Task details> Show each line of the data below in which "SUBTRACT" occurs.

**** Task input ****

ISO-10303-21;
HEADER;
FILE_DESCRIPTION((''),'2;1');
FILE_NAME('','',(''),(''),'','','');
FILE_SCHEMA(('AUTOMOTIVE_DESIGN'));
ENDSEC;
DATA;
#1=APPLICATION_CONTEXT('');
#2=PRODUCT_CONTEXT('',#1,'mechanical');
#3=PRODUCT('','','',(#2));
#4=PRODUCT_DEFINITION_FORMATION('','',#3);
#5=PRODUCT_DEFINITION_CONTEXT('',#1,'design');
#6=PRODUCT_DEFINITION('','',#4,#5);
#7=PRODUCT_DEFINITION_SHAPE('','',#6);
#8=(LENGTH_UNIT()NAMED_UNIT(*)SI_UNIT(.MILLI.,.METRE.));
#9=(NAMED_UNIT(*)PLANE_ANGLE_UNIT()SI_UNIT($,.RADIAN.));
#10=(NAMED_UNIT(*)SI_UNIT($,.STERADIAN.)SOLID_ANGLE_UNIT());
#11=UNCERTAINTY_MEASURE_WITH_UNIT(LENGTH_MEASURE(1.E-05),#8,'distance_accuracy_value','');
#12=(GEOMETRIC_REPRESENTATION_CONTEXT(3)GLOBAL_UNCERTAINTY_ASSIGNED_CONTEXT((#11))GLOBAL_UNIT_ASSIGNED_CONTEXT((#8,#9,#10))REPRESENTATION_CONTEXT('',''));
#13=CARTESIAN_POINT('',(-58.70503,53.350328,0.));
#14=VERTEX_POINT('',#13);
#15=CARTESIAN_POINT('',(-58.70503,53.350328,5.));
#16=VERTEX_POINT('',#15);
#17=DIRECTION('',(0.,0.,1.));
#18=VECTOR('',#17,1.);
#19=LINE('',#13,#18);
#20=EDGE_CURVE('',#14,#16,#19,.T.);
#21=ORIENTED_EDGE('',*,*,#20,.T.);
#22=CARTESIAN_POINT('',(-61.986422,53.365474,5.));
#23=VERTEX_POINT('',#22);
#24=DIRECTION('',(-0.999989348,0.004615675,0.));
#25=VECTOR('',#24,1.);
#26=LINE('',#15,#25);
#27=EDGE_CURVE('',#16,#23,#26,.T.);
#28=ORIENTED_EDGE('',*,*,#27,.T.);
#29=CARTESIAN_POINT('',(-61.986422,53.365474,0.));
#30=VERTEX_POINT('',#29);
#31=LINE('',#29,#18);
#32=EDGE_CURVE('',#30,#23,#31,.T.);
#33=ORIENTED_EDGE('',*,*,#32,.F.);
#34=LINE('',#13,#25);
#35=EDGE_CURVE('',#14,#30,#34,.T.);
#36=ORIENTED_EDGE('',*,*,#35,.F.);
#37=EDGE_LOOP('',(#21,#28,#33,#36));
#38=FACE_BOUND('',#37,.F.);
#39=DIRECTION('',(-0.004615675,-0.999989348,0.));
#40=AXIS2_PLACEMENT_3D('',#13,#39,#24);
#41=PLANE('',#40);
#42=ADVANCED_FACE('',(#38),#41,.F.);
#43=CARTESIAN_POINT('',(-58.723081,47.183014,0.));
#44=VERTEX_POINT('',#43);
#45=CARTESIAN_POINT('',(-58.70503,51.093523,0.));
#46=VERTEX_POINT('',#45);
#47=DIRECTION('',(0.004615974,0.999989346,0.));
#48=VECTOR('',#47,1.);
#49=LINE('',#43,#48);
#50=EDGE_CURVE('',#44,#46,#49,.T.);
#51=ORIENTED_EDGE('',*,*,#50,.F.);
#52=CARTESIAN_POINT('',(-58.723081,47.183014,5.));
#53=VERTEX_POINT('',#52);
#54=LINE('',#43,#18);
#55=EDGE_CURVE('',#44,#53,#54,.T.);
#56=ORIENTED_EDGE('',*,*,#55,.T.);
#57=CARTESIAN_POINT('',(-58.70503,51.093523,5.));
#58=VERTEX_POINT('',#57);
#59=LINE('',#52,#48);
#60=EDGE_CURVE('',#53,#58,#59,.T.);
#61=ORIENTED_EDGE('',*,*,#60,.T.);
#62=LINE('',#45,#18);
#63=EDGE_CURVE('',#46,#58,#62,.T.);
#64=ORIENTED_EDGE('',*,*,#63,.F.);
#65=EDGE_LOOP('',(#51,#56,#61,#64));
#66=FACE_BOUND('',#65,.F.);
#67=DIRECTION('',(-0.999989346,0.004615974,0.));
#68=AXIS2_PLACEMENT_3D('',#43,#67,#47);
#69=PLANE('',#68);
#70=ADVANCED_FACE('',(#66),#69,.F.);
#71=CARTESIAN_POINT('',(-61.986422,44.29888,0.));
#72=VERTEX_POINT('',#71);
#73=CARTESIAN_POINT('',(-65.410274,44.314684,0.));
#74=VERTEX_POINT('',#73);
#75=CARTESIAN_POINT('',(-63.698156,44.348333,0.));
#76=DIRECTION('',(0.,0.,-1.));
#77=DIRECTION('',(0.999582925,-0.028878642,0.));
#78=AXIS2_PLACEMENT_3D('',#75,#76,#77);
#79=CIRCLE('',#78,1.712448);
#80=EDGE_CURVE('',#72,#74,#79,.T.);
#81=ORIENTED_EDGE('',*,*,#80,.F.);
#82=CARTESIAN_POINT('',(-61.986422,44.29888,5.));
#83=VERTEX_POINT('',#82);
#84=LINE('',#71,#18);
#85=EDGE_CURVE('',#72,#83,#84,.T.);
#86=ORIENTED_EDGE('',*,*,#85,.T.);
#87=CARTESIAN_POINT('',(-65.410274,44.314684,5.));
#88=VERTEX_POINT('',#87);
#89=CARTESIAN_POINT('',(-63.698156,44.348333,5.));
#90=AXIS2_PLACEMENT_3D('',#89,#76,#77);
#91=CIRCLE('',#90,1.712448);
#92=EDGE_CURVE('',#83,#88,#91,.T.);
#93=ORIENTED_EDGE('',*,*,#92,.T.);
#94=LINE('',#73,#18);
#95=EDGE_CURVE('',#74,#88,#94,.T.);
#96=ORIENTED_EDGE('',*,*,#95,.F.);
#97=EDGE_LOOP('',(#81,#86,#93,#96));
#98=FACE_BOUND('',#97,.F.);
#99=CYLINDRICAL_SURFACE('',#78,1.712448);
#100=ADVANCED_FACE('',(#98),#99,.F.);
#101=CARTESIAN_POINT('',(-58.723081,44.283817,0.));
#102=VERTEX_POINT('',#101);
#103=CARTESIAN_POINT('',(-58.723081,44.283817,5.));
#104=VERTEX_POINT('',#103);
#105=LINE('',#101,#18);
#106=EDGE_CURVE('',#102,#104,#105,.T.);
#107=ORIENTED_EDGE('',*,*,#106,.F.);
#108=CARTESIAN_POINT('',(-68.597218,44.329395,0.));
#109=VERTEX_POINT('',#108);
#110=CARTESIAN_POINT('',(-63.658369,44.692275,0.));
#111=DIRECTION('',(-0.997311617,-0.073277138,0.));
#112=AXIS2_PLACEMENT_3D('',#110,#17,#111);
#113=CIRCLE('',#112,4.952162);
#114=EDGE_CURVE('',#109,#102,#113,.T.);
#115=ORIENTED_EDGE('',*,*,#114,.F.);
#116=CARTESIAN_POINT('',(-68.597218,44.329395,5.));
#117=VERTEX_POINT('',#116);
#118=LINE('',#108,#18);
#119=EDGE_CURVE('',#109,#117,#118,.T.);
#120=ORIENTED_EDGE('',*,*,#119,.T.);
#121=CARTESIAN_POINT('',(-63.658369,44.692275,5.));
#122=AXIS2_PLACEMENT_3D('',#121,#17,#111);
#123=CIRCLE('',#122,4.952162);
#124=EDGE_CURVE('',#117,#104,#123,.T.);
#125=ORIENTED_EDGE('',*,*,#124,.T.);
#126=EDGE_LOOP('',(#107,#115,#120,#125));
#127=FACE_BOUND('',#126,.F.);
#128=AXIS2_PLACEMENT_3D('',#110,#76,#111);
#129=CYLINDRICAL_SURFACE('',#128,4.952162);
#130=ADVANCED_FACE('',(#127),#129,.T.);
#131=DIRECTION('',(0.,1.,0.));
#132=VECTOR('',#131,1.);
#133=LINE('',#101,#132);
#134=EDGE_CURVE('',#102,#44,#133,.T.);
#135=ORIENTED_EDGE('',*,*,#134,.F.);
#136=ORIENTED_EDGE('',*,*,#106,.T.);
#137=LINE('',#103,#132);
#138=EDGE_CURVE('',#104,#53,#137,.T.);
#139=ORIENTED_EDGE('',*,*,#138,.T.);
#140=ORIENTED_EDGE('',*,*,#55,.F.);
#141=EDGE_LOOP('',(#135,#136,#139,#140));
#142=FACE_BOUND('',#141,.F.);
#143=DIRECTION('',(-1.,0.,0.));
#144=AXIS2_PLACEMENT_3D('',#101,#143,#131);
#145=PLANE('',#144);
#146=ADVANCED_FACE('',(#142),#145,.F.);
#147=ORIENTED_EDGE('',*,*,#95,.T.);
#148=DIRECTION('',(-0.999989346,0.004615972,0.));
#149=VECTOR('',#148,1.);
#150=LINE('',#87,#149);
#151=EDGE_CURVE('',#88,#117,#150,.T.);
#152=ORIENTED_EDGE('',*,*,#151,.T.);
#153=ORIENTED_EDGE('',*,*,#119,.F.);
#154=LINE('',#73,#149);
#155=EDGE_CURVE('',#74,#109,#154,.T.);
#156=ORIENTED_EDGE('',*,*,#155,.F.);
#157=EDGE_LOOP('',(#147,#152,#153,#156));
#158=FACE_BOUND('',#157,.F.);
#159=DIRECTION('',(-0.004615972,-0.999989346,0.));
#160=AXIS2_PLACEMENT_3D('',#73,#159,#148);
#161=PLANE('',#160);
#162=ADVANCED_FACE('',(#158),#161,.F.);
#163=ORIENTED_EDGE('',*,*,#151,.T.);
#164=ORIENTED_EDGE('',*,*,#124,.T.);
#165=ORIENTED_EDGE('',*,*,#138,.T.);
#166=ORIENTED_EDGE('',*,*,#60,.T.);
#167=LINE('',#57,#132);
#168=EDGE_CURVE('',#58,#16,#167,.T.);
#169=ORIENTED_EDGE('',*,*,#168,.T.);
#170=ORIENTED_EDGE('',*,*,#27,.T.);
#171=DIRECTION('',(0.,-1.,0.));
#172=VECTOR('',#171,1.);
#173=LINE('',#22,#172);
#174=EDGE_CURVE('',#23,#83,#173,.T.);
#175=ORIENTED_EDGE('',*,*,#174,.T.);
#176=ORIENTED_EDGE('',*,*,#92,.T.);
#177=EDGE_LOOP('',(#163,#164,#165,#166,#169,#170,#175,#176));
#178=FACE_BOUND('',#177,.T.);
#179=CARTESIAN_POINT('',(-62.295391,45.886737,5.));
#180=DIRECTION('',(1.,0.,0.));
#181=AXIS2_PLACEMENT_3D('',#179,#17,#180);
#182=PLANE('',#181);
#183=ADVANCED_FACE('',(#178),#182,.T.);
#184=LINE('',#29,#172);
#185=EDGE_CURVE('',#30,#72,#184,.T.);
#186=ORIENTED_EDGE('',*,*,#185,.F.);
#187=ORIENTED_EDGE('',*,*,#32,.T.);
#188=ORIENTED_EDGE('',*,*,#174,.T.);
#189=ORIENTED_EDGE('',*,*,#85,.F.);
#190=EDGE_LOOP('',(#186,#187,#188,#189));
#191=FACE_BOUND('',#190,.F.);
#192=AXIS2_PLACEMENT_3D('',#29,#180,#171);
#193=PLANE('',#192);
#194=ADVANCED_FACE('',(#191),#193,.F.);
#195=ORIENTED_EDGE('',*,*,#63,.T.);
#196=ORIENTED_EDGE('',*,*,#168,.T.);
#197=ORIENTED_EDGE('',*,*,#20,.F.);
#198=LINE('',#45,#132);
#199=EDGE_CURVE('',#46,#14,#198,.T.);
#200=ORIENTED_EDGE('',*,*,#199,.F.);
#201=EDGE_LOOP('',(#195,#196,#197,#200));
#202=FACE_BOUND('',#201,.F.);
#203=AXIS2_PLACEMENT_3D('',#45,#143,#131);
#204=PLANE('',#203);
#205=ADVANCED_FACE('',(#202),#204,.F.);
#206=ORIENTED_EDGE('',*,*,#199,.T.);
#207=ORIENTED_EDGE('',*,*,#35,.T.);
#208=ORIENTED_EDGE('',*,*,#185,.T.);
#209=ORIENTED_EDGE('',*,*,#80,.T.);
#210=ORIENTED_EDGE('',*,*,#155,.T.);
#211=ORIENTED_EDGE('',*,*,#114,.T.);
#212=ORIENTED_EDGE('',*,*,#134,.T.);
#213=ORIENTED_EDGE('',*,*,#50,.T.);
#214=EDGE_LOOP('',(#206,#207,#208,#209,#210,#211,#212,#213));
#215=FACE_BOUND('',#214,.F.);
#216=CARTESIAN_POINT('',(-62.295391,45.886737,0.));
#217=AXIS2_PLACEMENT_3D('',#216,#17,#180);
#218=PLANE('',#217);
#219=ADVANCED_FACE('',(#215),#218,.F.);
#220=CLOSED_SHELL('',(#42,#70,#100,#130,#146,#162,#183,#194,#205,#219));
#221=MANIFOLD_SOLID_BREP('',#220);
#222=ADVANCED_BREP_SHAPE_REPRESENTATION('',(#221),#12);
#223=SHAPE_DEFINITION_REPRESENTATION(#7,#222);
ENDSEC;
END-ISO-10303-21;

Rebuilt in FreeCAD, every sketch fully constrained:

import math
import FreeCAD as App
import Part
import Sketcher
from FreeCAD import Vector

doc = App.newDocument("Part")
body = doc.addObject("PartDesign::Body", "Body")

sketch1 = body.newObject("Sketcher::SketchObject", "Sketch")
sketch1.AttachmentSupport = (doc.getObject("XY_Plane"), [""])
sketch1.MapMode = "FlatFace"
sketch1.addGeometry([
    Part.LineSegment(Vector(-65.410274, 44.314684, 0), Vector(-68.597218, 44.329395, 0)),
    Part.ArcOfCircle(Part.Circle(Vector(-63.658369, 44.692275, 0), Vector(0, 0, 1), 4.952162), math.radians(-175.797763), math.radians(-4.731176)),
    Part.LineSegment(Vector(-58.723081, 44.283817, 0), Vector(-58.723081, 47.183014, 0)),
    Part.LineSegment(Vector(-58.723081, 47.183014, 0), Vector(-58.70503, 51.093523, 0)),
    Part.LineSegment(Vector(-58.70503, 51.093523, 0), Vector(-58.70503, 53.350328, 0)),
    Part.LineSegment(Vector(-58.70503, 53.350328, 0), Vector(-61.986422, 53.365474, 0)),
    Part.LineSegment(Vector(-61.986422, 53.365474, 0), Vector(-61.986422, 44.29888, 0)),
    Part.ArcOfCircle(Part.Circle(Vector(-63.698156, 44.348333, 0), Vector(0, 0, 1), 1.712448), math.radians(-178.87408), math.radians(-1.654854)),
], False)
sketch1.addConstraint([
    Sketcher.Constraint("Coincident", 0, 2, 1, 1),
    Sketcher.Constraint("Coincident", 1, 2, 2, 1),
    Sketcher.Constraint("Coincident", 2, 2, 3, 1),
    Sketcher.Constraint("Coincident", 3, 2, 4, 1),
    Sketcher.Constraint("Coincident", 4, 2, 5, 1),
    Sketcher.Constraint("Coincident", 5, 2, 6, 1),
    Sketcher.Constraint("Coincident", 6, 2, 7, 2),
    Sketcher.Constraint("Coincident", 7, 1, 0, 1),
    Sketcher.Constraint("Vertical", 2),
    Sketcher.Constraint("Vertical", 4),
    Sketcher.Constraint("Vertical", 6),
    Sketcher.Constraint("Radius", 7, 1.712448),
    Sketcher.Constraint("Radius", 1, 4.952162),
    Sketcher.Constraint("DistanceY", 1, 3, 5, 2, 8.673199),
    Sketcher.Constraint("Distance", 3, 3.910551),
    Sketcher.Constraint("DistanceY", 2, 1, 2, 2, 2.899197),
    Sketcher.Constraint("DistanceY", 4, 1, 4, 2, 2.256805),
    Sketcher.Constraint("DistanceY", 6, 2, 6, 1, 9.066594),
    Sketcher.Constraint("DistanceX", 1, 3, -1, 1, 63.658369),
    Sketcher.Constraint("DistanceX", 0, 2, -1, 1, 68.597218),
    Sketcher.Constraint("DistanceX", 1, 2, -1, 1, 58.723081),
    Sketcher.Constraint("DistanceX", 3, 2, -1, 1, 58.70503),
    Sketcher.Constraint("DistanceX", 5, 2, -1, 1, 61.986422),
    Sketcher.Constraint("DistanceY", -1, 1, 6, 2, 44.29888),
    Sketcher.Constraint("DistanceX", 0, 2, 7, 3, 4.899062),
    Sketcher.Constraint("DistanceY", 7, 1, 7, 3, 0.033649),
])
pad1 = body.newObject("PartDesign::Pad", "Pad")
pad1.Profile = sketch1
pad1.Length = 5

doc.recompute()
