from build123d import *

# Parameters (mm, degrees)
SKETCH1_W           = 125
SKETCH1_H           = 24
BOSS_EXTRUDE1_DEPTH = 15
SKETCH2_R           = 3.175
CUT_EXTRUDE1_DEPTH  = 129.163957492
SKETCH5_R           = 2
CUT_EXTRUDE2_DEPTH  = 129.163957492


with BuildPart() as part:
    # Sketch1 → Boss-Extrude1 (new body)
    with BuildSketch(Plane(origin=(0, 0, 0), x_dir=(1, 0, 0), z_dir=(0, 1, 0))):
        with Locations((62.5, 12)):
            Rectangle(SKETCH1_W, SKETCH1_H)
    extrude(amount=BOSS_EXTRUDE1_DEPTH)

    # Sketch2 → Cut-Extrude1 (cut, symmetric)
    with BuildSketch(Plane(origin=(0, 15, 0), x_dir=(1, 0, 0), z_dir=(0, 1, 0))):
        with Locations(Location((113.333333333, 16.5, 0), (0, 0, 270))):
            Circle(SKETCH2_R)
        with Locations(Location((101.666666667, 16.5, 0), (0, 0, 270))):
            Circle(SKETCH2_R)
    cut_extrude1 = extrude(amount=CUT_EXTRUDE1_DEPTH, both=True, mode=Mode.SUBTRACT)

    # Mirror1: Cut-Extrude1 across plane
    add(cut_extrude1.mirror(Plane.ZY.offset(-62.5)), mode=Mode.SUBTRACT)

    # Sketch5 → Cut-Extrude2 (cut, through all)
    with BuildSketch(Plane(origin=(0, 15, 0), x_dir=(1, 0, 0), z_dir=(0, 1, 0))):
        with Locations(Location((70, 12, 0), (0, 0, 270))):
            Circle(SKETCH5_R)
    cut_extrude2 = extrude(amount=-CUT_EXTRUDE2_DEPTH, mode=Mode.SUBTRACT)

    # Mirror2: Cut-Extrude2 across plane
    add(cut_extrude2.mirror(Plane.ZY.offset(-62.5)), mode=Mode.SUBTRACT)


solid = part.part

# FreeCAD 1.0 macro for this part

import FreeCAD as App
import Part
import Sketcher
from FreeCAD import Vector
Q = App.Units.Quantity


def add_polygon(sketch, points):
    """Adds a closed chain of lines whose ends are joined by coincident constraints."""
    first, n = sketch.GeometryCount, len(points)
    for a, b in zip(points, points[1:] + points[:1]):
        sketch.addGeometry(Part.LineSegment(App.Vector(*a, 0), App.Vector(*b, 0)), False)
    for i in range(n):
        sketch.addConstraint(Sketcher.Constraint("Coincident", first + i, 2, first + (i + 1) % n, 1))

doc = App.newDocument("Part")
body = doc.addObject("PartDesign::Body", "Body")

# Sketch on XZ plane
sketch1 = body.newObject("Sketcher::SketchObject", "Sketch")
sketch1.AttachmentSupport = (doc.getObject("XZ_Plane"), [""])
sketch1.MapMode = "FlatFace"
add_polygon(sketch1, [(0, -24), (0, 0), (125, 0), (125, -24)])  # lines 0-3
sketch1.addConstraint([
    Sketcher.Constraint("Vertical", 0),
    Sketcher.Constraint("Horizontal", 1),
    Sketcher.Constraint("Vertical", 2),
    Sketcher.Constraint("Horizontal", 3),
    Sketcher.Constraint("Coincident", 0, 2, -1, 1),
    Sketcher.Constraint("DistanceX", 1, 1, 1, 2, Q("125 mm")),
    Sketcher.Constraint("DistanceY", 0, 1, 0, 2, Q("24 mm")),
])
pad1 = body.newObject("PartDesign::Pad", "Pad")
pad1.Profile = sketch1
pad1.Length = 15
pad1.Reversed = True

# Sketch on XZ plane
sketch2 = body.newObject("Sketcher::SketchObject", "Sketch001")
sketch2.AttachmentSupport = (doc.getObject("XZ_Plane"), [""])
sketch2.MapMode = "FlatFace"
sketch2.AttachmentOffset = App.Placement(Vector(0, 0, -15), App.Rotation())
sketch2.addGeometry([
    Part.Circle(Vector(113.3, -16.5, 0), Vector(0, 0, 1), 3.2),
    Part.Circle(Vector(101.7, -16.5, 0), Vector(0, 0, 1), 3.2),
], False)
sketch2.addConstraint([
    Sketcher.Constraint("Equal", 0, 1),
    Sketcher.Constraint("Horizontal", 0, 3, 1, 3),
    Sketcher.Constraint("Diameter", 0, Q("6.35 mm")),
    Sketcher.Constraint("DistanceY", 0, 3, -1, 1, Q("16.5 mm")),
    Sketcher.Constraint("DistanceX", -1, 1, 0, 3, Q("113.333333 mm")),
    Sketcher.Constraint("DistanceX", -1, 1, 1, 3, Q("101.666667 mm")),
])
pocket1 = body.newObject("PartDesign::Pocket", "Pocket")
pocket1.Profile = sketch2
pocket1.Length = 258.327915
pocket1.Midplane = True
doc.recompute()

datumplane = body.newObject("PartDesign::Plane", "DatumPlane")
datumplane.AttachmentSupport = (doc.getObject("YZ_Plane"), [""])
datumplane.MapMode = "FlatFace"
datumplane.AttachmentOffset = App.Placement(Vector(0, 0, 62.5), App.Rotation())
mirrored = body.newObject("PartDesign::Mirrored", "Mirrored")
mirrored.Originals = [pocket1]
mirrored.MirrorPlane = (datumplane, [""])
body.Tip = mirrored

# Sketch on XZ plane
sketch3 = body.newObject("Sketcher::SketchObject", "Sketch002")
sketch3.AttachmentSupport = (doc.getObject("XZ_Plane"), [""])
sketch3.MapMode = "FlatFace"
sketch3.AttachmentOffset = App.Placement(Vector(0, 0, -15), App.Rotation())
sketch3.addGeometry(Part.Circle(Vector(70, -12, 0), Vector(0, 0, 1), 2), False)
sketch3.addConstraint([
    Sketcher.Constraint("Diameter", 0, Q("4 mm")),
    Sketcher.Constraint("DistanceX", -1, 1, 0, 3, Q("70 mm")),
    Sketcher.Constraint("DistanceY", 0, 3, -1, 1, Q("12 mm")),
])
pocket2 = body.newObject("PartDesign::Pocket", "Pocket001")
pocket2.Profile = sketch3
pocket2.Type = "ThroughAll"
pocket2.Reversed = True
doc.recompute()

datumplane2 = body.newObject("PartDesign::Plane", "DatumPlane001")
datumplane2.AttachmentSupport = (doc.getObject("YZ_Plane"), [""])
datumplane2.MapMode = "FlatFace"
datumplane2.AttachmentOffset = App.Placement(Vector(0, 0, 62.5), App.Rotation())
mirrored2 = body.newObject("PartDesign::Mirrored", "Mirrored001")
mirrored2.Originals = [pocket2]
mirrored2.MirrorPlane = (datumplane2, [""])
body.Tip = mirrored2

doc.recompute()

****

Result for this exercise>
    cut_extrude1 = extrude(amount=CUT_EXTRUDE1_DEPTH, both=True, mode=Mode.SUBTRACT)
    add(cut_extrude1.mirror(Plane.ZY.offset(-62.5)), mode=Mode.SUBTRACT)
    cut_extrude2 = extrude(amount=-CUT_EXTRUDE2_DEPTH, mode=Mode.SUBTRACT)
    add(cut_extrude2.mirror(Plane.ZY.offset(-62.5)), mode=Mode.SUBTRACT)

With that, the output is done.